Sorry just saw your post again. Co2 on top of lighting is very important for growth. flow would be important too. The challenge is finding the right balance between light and co2. With dhg you will need at least medium light so looking at everything you have with exception of the light which I don't know anything about, it would look like you should be good to get the dhg growing. 

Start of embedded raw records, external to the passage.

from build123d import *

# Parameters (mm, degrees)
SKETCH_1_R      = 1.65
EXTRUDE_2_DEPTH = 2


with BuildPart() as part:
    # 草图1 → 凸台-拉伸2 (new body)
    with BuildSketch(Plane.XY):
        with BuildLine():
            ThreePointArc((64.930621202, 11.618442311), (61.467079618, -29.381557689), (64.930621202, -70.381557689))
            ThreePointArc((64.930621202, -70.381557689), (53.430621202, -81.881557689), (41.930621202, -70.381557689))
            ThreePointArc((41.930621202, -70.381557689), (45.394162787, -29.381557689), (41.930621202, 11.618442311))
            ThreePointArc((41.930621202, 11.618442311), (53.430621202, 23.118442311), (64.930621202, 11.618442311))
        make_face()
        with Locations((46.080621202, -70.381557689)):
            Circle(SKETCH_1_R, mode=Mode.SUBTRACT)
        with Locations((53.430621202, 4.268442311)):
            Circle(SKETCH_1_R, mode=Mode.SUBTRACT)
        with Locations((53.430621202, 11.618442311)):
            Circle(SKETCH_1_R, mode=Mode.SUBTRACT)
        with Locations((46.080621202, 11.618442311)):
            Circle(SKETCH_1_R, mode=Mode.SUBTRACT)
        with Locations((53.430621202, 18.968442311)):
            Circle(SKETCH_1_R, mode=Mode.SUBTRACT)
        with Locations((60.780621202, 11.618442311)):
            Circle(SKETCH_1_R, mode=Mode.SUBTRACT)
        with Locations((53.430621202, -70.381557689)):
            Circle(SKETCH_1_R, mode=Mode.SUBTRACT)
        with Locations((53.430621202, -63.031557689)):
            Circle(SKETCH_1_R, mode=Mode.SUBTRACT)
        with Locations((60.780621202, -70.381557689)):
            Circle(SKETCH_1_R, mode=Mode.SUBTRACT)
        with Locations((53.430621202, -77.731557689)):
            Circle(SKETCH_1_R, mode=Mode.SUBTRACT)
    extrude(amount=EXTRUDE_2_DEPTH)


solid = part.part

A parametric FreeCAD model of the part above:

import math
import FreeCAD as App
import Part
import Sketcher

V = App.Vector

doc = App.newDocument("Part")
params = doc.addObject("Spreadsheet::Sheet", "Params")
for row, (alias, value) in enumerate([
    ("sketch1_diameter", "3.3 mm"),
    ("sketch1_radius", "11.5 mm"),
    ("pad1_length", "2 mm"),
], start=1):
    params.set(f"A{row}", alias)
    params.set(f"B{row}", "=" + value)
    params.setAlias(f"B{row}", alias)

body = doc.addObject("PartDesign::Body", "Body")

sketch1 = body.newObject("Sketcher::SketchObject", "Sketch")
sketch1.AttachmentSupport = (doc.getObject("XY_Plane"), [""])
sketch1.MapMode = "FlatFace"
sketch1.addGeometry([
    Part.ArcOfCircle(Part.Circle(V(305.9, -29.4, 0), V(0, 0, 1), 244.4), math.radians(170.34), math.radians(189.66)),
    Part.ArcOfCircle(Part.Circle(V(53.4, 11.6, 0), V(0, 0, 1), 11.5), math.radians(0), math.radians(180)),
    Part.ArcOfCircle(Part.Circle(V(-199, -29.4, 0), V(0, 0, 1), 244.4), math.radians(-9.66), math.radians(9.66)),
    Part.ArcOfCircle(Part.Circle(V(53.4, -70.4, 0), V(0, 0, 1), 11.5), math.radians(180), math.radians(360)),
    Part.Circle(V(60.8, -70.4, 0), V(0, 0, 1), 1.6),
    Part.Circle(V(53.4, -77.7, 0), V(0, 0, 1), 1.6),
    Part.Circle(V(53.4, -70.4, 0), V(0, 0, 1), 1.6),
    Part.Circle(V(53.4, -63, 0), V(0, 0, 1), 1.6),
    Part.Circle(V(46.1, -70.4, 0), V(0, 0, 1), 1.6),
    Part.Circle(V(60.8, 11.6, 0), V(0, 0, 1), 1.6),
    Part.Circle(V(53.4, 4.3, 0), V(0, 0, 1), 1.6),
    Part.Circle(V(53.4, 11.6, 0), V(0, 0, 1), 1.6),
    Part.Circle(V(53.4, 19, 0), V(0, 0, 1), 1.6),
    Part.Circle(V(46.1, 11.6, 0), V(0, 0, 1), 1.6),
], False)
sketch1.addConstraint([
    Sketcher.Constraint("Coincident", 0, 1, 1, 1),
    Sketcher.Constraint("Coincident", 1, 2, 2, 2),
    Sketcher.Constraint("Coincident", 2, 1, 3, 1),
    Sketcher.Constraint("Coincident", 3, 2, 0, 2),
    Sketcher.Constraint("Coincident", 6, 3, 3, 3),
    Sketcher.Constraint("Coincident", 11, 3, 1, 3),
    Sketcher.Constraint("Equal", 0, 2),
    Sketcher.Constraint("Equal", 1, 3),
    Sketcher.Constraint("Equal", 4, 5),
    Sketcher.Constraint("Equal", 5, 6),
    Sketcher.Constraint("Equal", 6, 7),
    Sketcher.Constraint("Equal", 7, 8),
    Sketcher.Constraint("Equal", 8, 9),
    Sketcher.Constraint("Equal", 9, 10),
    Sketcher.Constraint("Equal", 10, 11),
    Sketcher.Constraint("Equal", 11, 12),
    Sketcher.Constraint("Equal", 12, 13),
    Sketcher.Constraint("Horizontal", 0, 3, 2, 3),
    Sketcher.Constraint("Horizontal", 3, 3, 4, 3),
    Sketcher.Constraint("Horizontal", 6, 3, 8, 3),
    Sketcher.Constraint("Horizontal", 1, 3, 9, 3),
    Sketcher.Constraint("Horizontal", 11, 3, 13, 3),
    Sketcher.Constraint("Horizontal", 13, 3, 0, 1),
    Sketcher.Constraint("Horizontal", 0, 1, 1, 2),
    Sketcher.Constraint("Horizontal", 8, 3, 2, 1),
    Sketcher.Constraint("Horizontal", 2, 1, 3, 2),
    Sketcher.Constraint("Vertical", 3, 3, 5, 3),
    Sketcher.Constraint("Vertical", 6, 3, 7, 3),
    Sketcher.Constraint("Vertical", 4, 3, 9, 3),
    Sketcher.Constraint("Vertical", 7, 3, 10, 3),
    Sketcher.Constraint("Vertical", 11, 3, 12, 3),
    Sketcher.Constraint("Vertical", 8, 3, 13, 3),
    Sketcher.Constraint("Diameter", 4, 3.3),
    Sketcher.Constraint("Radius", 1, 11.5),
    Sketcher.Constraint("DistanceY", 0, 3, 1, 3, 41.0),
    Sketcher.Constraint("DistanceY", 7, 3, 12, 3, 82.0),
    Sketcher.Constraint("DistanceY", 5, 3, 7, 3, 14.7),
    Sketcher.Constraint("DistanceX", 8, 3, 4, 3, 14.7),
    Sketcher.Constraint("DistanceY", 7, 3, 10, 3, 67.3),
    Sketcher.Constraint("DistanceX", 3, 3, 4, 3, 7.35),
    Sketcher.Constraint("DistanceY", 5, 3, 3, 3, 7.35),
    Sketcher.Constraint("Radius", 0, 244.402453),
    Sketcher.Constraint("DistanceX", -1, 1, 1, 3, 53.430621),
    Sketcher.Constraint("DistanceY", 0, 3, -1, 1, 29.381558),
])
sketch1.setExpression("Constraints[32]", "Params.sketch1_diameter")
sketch1.setExpression("Constraints[33]", "Params.sketch1_radius")
pad1 = body.newObject("PartDesign::Pad", "Pad")
pad1.Profile = sketch1
pad1.setExpression("Length", "Params.pad1_length")

doc.recompute()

However, just be careful to find the right balance of light and co2 for the tank. Too much light and not enough co2 will cause algae problems. Too much co2 and not enough light will suffocate the fish. If you don't have a bubble counter, may be good to invest in one and also a drop checker to check for co2 amounts in the water


----------



## FS4L

Thanks for the help
Ps my light is used for coral reef tanks so I'm pretty sure it's enough


----------



## khiyasu

FS4L said:


> Thanks for the help
> Ps my light is used for coral reef tanks so I'm pretty sure it's enough


I just briefly look at the light you have and it seems that it has a very strong PAR value. However, the light spectrum for corals and freshwater plants are very different. The light has very high blue intensity but weak for reds, which are important for plant growth. However, it may work - never tried saltwater lighting for freshwater plants so don't know if it would work but the PAR values do seem to be there.


----------



## FS4L

khiyasu said:


> I just briefly look at the light you have and it seems that it has a very strong PAR value. However, the light spectrum for corals and freshwater plants are very different. The light has very high blue intensity but weak for reds, which are important for plant growth. However, it may work - never tried saltwater lighting for freshwater plants so don't know if it would work but the PAR values do seem to be there.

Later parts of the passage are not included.